A Study of MK-0822 in Postmenopausal Women With Osteoporosis to Assess Fracture Risk (MK-0822-018 AM5, EXT1) - Full Text View

Purpose

The purpose of the event-driven base study is to determine the safety and efficacy effects, especially fracture-risk reduction, of odanacatib in postmenopausal women diagnosed with osteoporosis.

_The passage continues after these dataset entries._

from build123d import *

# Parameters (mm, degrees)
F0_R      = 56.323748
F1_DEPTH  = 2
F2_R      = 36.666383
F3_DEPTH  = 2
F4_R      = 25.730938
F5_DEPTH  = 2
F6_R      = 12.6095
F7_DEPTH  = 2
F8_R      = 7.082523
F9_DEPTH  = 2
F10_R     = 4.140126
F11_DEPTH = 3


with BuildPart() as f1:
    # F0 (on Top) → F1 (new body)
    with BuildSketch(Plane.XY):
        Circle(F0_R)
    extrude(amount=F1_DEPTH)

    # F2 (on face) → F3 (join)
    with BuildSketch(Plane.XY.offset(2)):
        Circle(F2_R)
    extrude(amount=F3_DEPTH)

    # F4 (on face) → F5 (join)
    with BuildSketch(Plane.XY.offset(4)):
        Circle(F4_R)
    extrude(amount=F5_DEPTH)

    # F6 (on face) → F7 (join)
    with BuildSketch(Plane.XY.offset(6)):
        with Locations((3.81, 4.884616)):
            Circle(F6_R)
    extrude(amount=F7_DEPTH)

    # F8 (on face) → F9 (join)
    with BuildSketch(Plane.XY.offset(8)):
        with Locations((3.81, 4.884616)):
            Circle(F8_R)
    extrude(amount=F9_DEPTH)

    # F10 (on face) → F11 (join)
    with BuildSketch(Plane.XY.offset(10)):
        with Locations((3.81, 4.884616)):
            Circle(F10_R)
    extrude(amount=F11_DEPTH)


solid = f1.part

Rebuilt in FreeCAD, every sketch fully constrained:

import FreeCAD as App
import Part
import Sketcher

V = App.Vector

doc = App.newDocument("Part")
body = doc.addObject("PartDesign::Body", "Body")

sketch1 = doc.addObject("Sketcher::SketchObject", "Sketch")
body.addObject(sketch1)
sketch1.AttachmentSupport = (doc.XY_Plane, [""])
sketch1.MapMode = "FlatFace"
sketch1.addGeometry(Part.Circle(V(0, 0, 0), V(0, 0, 1), 56), False)
sketch1.addConstraint(Sketcher.Constraint("Coincident", 0, 3, -1, 1))
sketch1.addConstraint(Sketcher.Constraint("Diameter", 0, 112.647496))
pad1 = doc.addObject("PartDesign::Pad", "Pad")
body.addObject(pad1)
pad1.Profile = sketch1
pad1.Length = 2

sketch2 = doc.addObject("Sketcher::SketchObject", "Sketch001")
body.addObject(sketch2)
sketch2.AttachmentSupport = (doc.XY_Plane, [""])
sketch2.MapMode = "FlatFace"
sketch2.AttachmentOffset = App.Placement(V(0, 0, 2), App.Rotation())
sketch2.addGeometry(Part.Circle(V(0, 0, 0), V(0, 0, 1), 37), False)
sketch2.addConstraint(Sketcher.Constraint("Coincident", 0, 3, -1, 1))
sketch2.addConstraint(Sketcher.Constraint("Diameter", 0, 73.332766))
pad2 = doc.addObject("PartDesign::Pad", "Pad001")
body.addObject(pad2)
pad2.Profile = sketch2
pad2.Length = 2

sketch3 = doc.addObject("Sketcher::SketchObject", "Sketch002")
body.addObject(sketch3)
sketch3.AttachmentSupport = (doc.XY_Plane, [""])
sketch3.MapMode = "FlatFace"
sketch3.AttachmentOffset = App.Placement(V(0, 0, 4), App.Rotation())
sketch3.addGeometry(Part.Circle(V(0, 0, 0), V(0, 0, 1), 26), False)
sketch3.addConstraint(Sketcher.Constraint("Coincident", 0, 3, -1, 1))
sketch3.addConstraint(Sketcher.Constraint("Diameter", 0, 51.461876))
pad3 = doc.addObject("PartDesign::Pad", "Pad002")
body.addObject(pad3)
pad3.Profile = sketch3
pad3.Length = 2

sketch4 = doc.addObject("Sketcher::SketchObject", "Sketch003")
body.addObject(sketch4)
sketch4.AttachmentSupport = (doc.XY_Plane, [""])
sketch4.MapMode = "FlatFace"
sketch4.AttachmentOffset = App.Placement(V(0, 0, 6), App.Rotation())
sketch4.addGeometry(Part.Circle(V(4, 5, 0), V(0, 0, 1), 13), False)
sketch4.addConstraint(Sketcher.Constraint("Diameter", 0, 25.219))
sketch4.addConstraint(Sketcher.Constraint("DistanceX", -1, 1, 0, 3, 3.81))
sketch4.addConstraint(Sketcher.Constraint("DistanceY", -1, 1, 0, 3, 4.884616))
pad4 = doc.addObject("PartDesign::Pad", "Pad003")
body.addObject(pad4)
pad4.Profile = sketch4
pad4.Length = 2

sketch5 = doc.addObject("Sketcher::SketchObject", "Sketch004")
body.addObject(sketch5)
sketch5.AttachmentSupport = (doc.XY_Plane, [""])
sketch5.MapMode = "FlatFace"
sketch5.AttachmentOffset = App.Placement(V(0, 0, 8), App.Rotation())
sketch5.addGeometry(Part.Circle(V(4, 5, 0), V(0, 0, 1), 7), False)
sketch5.addConstraint(Sketcher.Constraint("DistanceX", -1, 1, 0, 3, 3.81))
sketch5.addConstraint(Sketcher.Constraint("Diameter", 0, 14.165046))
sketch5.addConstraint(Sketcher.Constraint("DistanceY", -1, 1, 0, 3, 4.884616))
pad5 = doc.addObject("PartDesign::Pad", "Pad004")
body.addObject(pad5)
pad5.Profile = sketch5
pad5.Length = 2

sketch6 = doc.addObject("Sketcher::SketchObject", "Sketch005")
body.addObject(sketch6)
sketch6.AttachmentSupport = (doc.XY_Plane, [""])
sketch6.MapMode = "FlatFace"
sketch6.AttachmentOffset = App.Placement(V(0, 0, 10), App.Rotation())
sketch6.addGeometry(Part.Circle(V(3.8, 4.9, 0), V(0, 0, 1), 4.1), False)
sketch6.addConstraint(Sketcher.Constraint("DistanceX", -1, 1, 0, 3, 3.81))
sketch6.addConstraint(Sketcher.Constraint("Diameter", 0, 8.280252))
sketch6.addConstraint(Sketcher.Constraint("DistanceY", -1, 1, 0, 3, 4.884616))
pad6 = doc.addObject("PartDesign::Pad", "Pad005")
body.addObject(pad6)
pad6.Profile = sketch6
pad6.Length = 3

doc.recompute()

In a placebo-controlled extension of the base study, participants will continue to receive the same blinded study medication up to 5 years of blinded study medication combined between the base study and the extension.

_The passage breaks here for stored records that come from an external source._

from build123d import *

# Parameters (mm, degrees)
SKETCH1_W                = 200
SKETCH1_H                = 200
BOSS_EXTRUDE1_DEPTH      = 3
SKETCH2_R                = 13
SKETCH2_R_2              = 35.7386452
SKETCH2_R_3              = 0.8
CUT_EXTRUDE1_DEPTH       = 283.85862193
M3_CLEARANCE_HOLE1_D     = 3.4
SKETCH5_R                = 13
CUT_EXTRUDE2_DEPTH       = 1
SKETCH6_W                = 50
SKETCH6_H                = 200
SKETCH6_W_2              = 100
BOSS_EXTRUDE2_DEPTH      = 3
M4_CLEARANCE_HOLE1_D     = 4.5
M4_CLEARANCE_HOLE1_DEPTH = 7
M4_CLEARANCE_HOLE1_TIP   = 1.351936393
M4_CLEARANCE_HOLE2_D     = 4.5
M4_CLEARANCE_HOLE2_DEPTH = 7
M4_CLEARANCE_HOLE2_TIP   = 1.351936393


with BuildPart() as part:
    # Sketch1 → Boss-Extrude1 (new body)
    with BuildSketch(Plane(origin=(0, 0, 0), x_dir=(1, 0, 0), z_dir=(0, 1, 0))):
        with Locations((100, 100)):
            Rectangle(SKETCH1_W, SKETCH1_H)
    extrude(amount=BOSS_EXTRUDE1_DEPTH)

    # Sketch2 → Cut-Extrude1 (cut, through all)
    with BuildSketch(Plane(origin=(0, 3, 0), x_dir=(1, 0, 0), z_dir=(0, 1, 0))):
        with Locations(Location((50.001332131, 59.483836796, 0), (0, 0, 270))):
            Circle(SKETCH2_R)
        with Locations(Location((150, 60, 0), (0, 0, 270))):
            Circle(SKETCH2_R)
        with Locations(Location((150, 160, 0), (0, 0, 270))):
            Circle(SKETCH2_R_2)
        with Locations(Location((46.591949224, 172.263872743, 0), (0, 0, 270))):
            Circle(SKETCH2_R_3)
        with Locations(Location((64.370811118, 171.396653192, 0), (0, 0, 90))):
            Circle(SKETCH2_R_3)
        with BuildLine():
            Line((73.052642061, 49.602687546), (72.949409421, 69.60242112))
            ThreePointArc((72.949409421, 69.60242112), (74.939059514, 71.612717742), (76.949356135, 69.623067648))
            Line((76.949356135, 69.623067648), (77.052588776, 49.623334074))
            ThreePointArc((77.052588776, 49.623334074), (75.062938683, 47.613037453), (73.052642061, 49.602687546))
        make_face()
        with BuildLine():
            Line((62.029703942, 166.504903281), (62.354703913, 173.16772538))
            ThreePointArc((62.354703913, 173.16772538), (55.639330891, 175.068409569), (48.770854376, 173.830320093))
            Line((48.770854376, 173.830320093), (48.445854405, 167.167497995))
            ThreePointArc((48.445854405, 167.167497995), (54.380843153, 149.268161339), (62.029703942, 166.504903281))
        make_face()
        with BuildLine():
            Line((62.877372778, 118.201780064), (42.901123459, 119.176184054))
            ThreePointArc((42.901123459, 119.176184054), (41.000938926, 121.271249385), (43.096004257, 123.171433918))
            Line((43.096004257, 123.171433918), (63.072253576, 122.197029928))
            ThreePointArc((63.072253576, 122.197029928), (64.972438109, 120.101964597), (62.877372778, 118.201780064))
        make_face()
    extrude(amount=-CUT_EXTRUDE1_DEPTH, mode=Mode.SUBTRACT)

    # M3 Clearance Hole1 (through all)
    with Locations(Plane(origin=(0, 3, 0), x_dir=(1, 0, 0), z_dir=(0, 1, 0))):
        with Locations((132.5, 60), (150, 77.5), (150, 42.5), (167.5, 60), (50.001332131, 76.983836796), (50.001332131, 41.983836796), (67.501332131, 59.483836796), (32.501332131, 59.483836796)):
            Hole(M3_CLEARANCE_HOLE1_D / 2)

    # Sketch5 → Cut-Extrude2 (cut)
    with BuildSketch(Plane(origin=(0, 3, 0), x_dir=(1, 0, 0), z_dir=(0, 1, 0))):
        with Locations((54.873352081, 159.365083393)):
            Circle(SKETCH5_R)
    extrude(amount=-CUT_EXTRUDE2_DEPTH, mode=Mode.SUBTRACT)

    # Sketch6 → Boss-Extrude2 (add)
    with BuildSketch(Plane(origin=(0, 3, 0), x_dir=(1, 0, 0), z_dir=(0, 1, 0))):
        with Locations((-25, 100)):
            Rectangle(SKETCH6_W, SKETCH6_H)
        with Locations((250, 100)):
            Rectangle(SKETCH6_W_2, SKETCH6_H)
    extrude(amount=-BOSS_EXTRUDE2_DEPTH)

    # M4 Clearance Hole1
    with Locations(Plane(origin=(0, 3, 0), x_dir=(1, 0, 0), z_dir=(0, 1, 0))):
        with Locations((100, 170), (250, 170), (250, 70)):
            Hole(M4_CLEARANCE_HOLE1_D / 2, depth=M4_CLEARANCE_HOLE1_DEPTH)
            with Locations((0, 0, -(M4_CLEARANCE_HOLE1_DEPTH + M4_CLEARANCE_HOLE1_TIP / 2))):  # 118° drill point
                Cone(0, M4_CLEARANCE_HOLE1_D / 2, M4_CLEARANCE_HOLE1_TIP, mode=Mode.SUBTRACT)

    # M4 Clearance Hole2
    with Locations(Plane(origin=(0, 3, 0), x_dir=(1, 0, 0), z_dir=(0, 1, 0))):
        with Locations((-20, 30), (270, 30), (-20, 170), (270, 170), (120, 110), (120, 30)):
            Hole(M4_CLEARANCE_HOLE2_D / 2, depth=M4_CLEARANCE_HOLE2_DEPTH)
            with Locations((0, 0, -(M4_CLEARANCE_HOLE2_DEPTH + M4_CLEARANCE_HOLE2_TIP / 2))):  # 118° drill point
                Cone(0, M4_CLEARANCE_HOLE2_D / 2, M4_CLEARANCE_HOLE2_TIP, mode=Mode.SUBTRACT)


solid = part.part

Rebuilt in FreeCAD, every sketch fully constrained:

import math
import FreeCAD as App
import Part
import Sketcher

V = App.Vector
Q = App.Units.Quantity


def add_polygon(sketch, points):
    """Adds a closed chain of lines whose ends are joined by coincident constraints."""
    first, n = sketch.GeometryCount, len(points)
    for a, b in zip(points, points[1:] + points[:1]):
        sketch.addGeometry(Part.LineSegment(App.Vector(*a, 0), App.Vector(*b, 0)), False)
    for i in range(n):
        sketch.addConstraint(Sketcher.Constraint("Coincident", first + i, 2, first + (i + 1) % n, 1))

doc = App.newDocument("Part")
params = doc.addObject("Spreadsheet::Sheet", "Params")
for row, (alias, value) in enumerate([
    ("sketch1_width", "200 mm"),
    ("pad1_length", "3 mm"),
    ("sketch2_diameter", "26 mm"),
    ("sketch2_radius", "2 mm"),
    ("sketch2_diameter2", "1.6 mm"),
    ("sketch2_radius2", "15.5 mm"),
    ("sketch2_length", "20 mm"),
    ("sketch3_diameter", "3.4 mm"),
    ("hole_diameter", "3.4 mm"),
    ("sketch4_diameter", "26 mm"),
    ("pocket2_length", "1 mm"),
    ("sketch5_width", "50 mm"),
    ("sketch5_width2", "100 mm"),
    ("sketch5_height", "200 mm"),
    ("pad2_length", "3 mm"),
    ("sketch6_diameter", "4.5 mm"),
    ("hole2_diameter", "4.5 mm"),
    ("hole2_depth", "7 mm"),
    ("sketch7_diameter", "4.5 mm"),
    ("hole3_diameter", "4.5 mm"),
    ("hole3_depth", "7 mm"),
], start=1):
    params.set(f"A{row}", alias)
    params.set(f"B{row}", "=" + value)
    params.setAlias(f"B{row}", alias)

body = doc.addObject("PartDesign::Body", "Body")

Condition	Intervention	Phase
Postmenopausal Osteoporosis	Drug: Odanacatib Drug: Placebo for Odanacatib Dietary Supplement: Vitamin D3	Phase 3

Study Type:	Interventional
Study Design:	Allocation: Randomized Endpoint Classification: Safety/Efficacy Study Intervention Model: Parallel Assignment Masking: Double Blind (Subject, Investigator) Primary Purpose: Treatment
Official Title:	A Phase III Randomized, Placebo-Controlled Clinical Trial to Assess the Safety and Efficacy of Odanacatib (MK-0822) to Reduce the Risk of Fracture in Osteoporotic Postmenopausal Women Treated With Vitamin D and Calcium

Resource links provided by NLM:

Genetics Home Reference related topics: hereditary multiple exostoses

MedlinePlus related topics: Calcium Fractures Osteoporosis Vitamin D

Drug Information available for: Cholecalciferol Vitamin D

U.S. FDA Resources

Further study details as provided by Merck:

Primary Outcome Measures:

(Base Study + Extension) Time From Baseline to First Morphometrically-Assessed Vertebral Fracture [ Time Frame: Baseline to 5 years ] [ Designated as safety issue: No ]
(Base Study) Time From Baseline to First Hip Fracture (Adjudicated as Osteoporotic) [ Time Frame: Baseline to date of fracture ] [ Designated as safety issue: No ]
(Base Study) Time From Baseline to First Clinical Non-Vertebral Fracture (Adjudicated as Osteoporotic) [ Time Frame: Baseline to date of fracture ] [ Designated as safety issue: No ]
(Imaging Substudy PN032) Percent Change From Baseline in Volumetric Bone Mineral Density (BMD) at the Lumbar Spine Using Quantitative Computed Tomography [ Time Frame: Baseline to Month 24 ] [ Designated as safety issue: No ]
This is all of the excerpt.